Я слегка завис, услышав, наконец, свое имя. Это имя, не граф Дюкер, а Карл Петер и так далее я знаю, учил в школе, и в последнем просмотренном сериале, добрую половину которого я проспал, так звали одного из главных героев. Это был сериал про Екатерину, которая в то время еще не была Великой, а всего лишь сперва невестой, а потом женой вот этого Карла Петера, которого звали Петр Федорович, и он являлся наследником престола, у своей тетки императрицы Российской империи Елизаветы Петровны. Вот знал бы, что это мне когда-нибудь пригодится, не спал бы, делая вид, что смотрю, в угоду Таньке, а смотрел бы на самом деле, да еще и пересматривал бы, пытаясь запомнить какие-нибудь детали. Вот только знание, что меня почему-то называют этим самым Карлом Петером, помогло не так чтобы сильно в осознании происходящего. К тому же по имени меня никто не называл, предпочитая «Ваше высочество».
Завтракать полагалось в зале куда спустились по шаткой деревянной лестнице, настолько неудобной, что я не смог пересилить настоятельную потребность вцепиться в перила, чтобы не навернуться с этого шедевра неизвестного зодчего и не свернуть шею.
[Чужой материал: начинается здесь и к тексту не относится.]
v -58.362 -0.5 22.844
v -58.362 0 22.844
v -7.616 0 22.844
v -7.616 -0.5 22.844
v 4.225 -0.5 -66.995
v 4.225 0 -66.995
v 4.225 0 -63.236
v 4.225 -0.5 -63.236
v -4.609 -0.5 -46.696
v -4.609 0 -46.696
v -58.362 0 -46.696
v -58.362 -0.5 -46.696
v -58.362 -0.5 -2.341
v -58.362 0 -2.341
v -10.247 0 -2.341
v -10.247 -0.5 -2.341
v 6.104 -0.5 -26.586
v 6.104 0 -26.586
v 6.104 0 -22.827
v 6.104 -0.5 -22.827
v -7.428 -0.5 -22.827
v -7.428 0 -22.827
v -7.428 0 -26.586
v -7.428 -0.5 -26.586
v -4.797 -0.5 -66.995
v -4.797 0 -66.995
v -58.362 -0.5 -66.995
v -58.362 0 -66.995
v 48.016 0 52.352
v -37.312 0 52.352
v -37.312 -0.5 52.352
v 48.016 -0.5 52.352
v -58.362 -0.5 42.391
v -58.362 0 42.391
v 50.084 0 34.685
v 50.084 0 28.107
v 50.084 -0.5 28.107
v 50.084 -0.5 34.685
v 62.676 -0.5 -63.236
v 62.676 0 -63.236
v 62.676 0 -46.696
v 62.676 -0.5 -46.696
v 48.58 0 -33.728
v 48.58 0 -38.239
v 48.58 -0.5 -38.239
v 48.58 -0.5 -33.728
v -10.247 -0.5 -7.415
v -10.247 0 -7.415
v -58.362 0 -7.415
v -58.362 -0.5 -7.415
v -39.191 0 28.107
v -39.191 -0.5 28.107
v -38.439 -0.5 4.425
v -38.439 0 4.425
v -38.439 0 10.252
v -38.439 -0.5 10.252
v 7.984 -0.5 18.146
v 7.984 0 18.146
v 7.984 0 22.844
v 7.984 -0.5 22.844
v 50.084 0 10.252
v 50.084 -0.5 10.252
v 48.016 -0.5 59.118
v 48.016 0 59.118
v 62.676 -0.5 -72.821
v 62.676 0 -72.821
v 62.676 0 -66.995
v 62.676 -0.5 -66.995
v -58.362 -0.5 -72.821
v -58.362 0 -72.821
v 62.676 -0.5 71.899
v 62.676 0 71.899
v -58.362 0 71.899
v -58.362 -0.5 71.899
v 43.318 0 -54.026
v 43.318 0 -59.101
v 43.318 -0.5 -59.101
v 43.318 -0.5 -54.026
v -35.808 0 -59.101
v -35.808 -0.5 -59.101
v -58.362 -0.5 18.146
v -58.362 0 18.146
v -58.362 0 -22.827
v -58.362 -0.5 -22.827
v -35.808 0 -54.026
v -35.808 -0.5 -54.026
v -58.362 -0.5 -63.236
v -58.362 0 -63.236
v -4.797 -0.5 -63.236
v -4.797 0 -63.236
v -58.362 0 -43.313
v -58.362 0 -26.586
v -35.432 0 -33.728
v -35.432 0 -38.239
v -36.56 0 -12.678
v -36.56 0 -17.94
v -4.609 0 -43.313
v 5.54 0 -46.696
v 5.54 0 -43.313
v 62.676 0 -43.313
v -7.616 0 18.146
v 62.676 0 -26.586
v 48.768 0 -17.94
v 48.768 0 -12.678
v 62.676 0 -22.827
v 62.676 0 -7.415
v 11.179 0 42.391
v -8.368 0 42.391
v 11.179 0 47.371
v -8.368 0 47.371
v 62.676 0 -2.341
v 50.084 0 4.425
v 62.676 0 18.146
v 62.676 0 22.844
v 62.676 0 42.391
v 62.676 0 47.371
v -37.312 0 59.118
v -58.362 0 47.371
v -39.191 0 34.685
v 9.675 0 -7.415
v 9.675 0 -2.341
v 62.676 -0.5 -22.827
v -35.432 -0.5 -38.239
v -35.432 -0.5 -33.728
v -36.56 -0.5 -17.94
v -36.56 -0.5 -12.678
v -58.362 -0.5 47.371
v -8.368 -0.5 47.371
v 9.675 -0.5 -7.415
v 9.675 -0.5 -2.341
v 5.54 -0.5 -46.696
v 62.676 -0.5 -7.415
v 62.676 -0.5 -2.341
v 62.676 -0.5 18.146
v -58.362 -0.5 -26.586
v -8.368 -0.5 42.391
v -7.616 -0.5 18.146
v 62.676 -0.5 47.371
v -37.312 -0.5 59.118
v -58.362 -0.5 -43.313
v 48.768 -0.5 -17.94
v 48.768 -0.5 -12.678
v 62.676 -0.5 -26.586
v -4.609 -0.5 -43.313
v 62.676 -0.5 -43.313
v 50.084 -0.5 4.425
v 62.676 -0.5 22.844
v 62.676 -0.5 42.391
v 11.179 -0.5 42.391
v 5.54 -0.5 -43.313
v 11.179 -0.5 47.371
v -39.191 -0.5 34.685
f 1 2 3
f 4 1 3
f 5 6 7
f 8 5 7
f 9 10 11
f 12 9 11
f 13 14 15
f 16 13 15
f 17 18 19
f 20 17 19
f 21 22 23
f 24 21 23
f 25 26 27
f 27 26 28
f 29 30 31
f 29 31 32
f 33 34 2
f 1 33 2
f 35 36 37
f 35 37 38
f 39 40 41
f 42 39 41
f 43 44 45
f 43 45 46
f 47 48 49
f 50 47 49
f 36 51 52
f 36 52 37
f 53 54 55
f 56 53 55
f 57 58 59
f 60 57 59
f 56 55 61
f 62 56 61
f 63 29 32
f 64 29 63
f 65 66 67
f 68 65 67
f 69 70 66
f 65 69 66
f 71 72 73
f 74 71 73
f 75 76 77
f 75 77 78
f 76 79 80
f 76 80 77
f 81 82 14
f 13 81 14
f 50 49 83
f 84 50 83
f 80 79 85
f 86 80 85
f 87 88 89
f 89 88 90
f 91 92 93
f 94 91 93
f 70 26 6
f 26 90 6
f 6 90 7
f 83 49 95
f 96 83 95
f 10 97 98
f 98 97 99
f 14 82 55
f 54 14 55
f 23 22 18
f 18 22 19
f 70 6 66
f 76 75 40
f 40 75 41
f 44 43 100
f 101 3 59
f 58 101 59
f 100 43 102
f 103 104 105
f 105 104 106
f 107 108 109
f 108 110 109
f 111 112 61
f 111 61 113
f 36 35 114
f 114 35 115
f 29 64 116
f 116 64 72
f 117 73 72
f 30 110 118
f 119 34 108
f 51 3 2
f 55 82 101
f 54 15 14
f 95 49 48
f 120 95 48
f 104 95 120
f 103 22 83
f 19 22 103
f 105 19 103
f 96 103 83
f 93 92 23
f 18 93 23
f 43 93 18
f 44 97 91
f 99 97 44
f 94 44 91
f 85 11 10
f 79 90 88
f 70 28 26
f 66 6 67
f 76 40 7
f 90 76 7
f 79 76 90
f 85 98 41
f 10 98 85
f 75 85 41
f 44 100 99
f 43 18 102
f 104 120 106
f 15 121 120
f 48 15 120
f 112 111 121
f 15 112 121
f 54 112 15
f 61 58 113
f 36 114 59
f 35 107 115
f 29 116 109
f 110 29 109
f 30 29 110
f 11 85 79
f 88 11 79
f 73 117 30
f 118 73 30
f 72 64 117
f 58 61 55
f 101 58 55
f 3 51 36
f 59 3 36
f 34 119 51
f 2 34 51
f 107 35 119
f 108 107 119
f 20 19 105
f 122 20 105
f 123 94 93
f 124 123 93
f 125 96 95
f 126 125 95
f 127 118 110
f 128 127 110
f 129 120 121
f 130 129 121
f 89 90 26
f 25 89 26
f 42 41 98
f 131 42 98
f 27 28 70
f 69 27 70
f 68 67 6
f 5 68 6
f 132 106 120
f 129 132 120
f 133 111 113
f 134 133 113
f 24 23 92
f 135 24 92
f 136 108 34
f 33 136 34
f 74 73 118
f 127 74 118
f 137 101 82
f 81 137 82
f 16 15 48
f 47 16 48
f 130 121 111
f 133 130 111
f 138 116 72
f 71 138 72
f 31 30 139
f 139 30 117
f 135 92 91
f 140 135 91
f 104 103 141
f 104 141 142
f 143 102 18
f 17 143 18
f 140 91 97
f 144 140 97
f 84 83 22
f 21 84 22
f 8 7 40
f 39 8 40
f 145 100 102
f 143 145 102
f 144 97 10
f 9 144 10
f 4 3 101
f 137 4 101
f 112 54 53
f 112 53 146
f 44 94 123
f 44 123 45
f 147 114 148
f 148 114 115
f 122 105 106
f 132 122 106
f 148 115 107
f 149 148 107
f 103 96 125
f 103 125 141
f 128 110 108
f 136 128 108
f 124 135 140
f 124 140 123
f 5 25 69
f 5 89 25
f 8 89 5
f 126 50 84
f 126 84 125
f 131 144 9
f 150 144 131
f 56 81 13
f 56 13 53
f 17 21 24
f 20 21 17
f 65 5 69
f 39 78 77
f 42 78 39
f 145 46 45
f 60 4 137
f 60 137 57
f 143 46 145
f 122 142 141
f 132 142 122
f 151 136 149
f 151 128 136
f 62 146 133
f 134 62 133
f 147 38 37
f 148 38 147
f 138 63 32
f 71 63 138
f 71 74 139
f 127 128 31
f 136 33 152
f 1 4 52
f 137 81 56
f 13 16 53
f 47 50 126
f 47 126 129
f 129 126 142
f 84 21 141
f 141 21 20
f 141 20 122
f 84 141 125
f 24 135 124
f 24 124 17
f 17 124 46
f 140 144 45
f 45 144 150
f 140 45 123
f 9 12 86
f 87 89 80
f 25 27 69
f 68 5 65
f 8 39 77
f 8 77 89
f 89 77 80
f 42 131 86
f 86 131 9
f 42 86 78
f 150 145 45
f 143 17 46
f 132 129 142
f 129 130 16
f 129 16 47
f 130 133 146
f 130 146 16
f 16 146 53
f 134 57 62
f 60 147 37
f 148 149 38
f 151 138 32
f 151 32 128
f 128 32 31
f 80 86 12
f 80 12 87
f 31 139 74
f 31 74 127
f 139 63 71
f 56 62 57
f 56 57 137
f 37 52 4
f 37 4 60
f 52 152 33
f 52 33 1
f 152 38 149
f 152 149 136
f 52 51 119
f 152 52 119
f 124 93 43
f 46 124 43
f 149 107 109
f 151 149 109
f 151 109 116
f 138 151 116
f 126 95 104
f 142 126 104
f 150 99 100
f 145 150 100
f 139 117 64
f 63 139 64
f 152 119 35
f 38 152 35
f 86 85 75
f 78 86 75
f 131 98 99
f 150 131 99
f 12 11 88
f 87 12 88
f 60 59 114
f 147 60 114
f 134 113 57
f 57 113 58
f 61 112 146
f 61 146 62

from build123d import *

# Parameters (mm, degrees)
F0_W     = 79.1259
F0_H     = 5.074583
F0_W_2   = 84.01253
F0_H_2   = 4.510738
F0_W_3   = 85.328166
F0_H_3   = 5.262531
F0_W_4   = 88.523269
F0_H_4   = 5.826373
F0_W_5   = 89.275062
F0_H_5   = 6.578165
F0_W_6   = 85.328165
F0_H_6   = 6.766111
F1_DEPTH = 0.5


with BuildPart() as f1:
    # F0 (on Front) → F1 (new body)
    with BuildSketch(Plane.XZ):
        Polygon((62.676273, 71.898557), (-58.361914, 71.898557), (-58.361914, 47.371406), (-8.367877, 47.371406), (-8.367877, 42.390797), (-58.361914, 42.390797), (-58.361914, 22.844255), (-7.616087, 22.844255), (-7.616087, 18.145567), (-58.361914, 18.145567), (-58.361914, -2.34071), (-10.247352, -2.34071), (-10.247352, -7.415293), (-58.361914, -7.415293), (-58.361914, -22.826988), (-7.428139, -22.826988), (-7.428139, -26.585938), (-58.361914, -26.585938), (-58.361914, -43.313265), (-4.608927, -43.313265), (-4.608927, -46.69632), (-58.361914, -46.69632), (-58.361914, -63.2357), (-4.796875, -63.2357), (-4.796875, -66.994652), (-58.361914, -66.994652), (-58.361914, -72.821021), (62.676273, -72.821021), (62.676273, -66.994652), (4.224605, -66.994652), (4.224605, -63.2357), (62.676273, -63.2357), (62.676273, -46.69632), (5.540238, -46.69632), (5.540238, -43.313265), (62.676273, -43.313265), (62.676273, -26.585938), (6.10408, -26.585938), (6.10408, -22.826988), (62.676273, -22.826988), (62.676273, -7.415293), (9.675083, -7.415293), (9.675083, -2.34071), (62.676273, -2.34071), (62.676273, 18.145567), (7.983554, 18.145567), (7.983554, 22.844255), (62.676273, 22.844255), (62.676273, 42.390797), (11.178663, 42.390797), (11.178663, 47.371406), (62.676273, 47.371406), align=None)
        with Locations((3.754737, -56.563564)):
            Rectangle(F0_W, F0_H, mode=Mode.SUBTRACT)
        with Locations((6.573949, -35.983313)):
            Rectangle(F0_W_2, F0_H_2, mode=Mode.SUBTRACT)
        with Locations((6.10408, -15.309088)):
            Rectangle(F0_W_3, F0_H_3, mode=Mode.SUBTRACT)
        with Locations((5.822159, 7.338586)):
            Rectangle(F0_W_4, F0_H_4, mode=Mode.SUBTRACT)
        with Locations((5.446263, 31.395866)):
            Rectangle(F0_W_5, F0_H_5, mode=Mode.SUBTRACT)
        with Locations((5.35229, 55.73507)):
            Rectangle(F0_W_6, F0_H_6, mode=Mode.SUBTRACT)
    extrude(amount=F1_DEPTH)


solid = f1.part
Стол был, не то чтобы грязный, но с толстым слоем въевшегося в дерево жира, пива и хрен знает, чего еще. Ну это и понятно, я покосился на грудастую служанку, у которой грудь едва не вываливалась из выреза, которая возюкала тряпкой, намоченной обычной водой по соседнему столу. Конечно, без химии тут не слишком-то обойдешься. Но можно же не ждать, когда слой всякой дряни нарастет, а вон, как тот паренек постоянно поступать, который скоблит сейчас стол у окна ножом. Наверное, там из-за наросты уже структура дерева не просматривается, вот и заставили все соскоблить.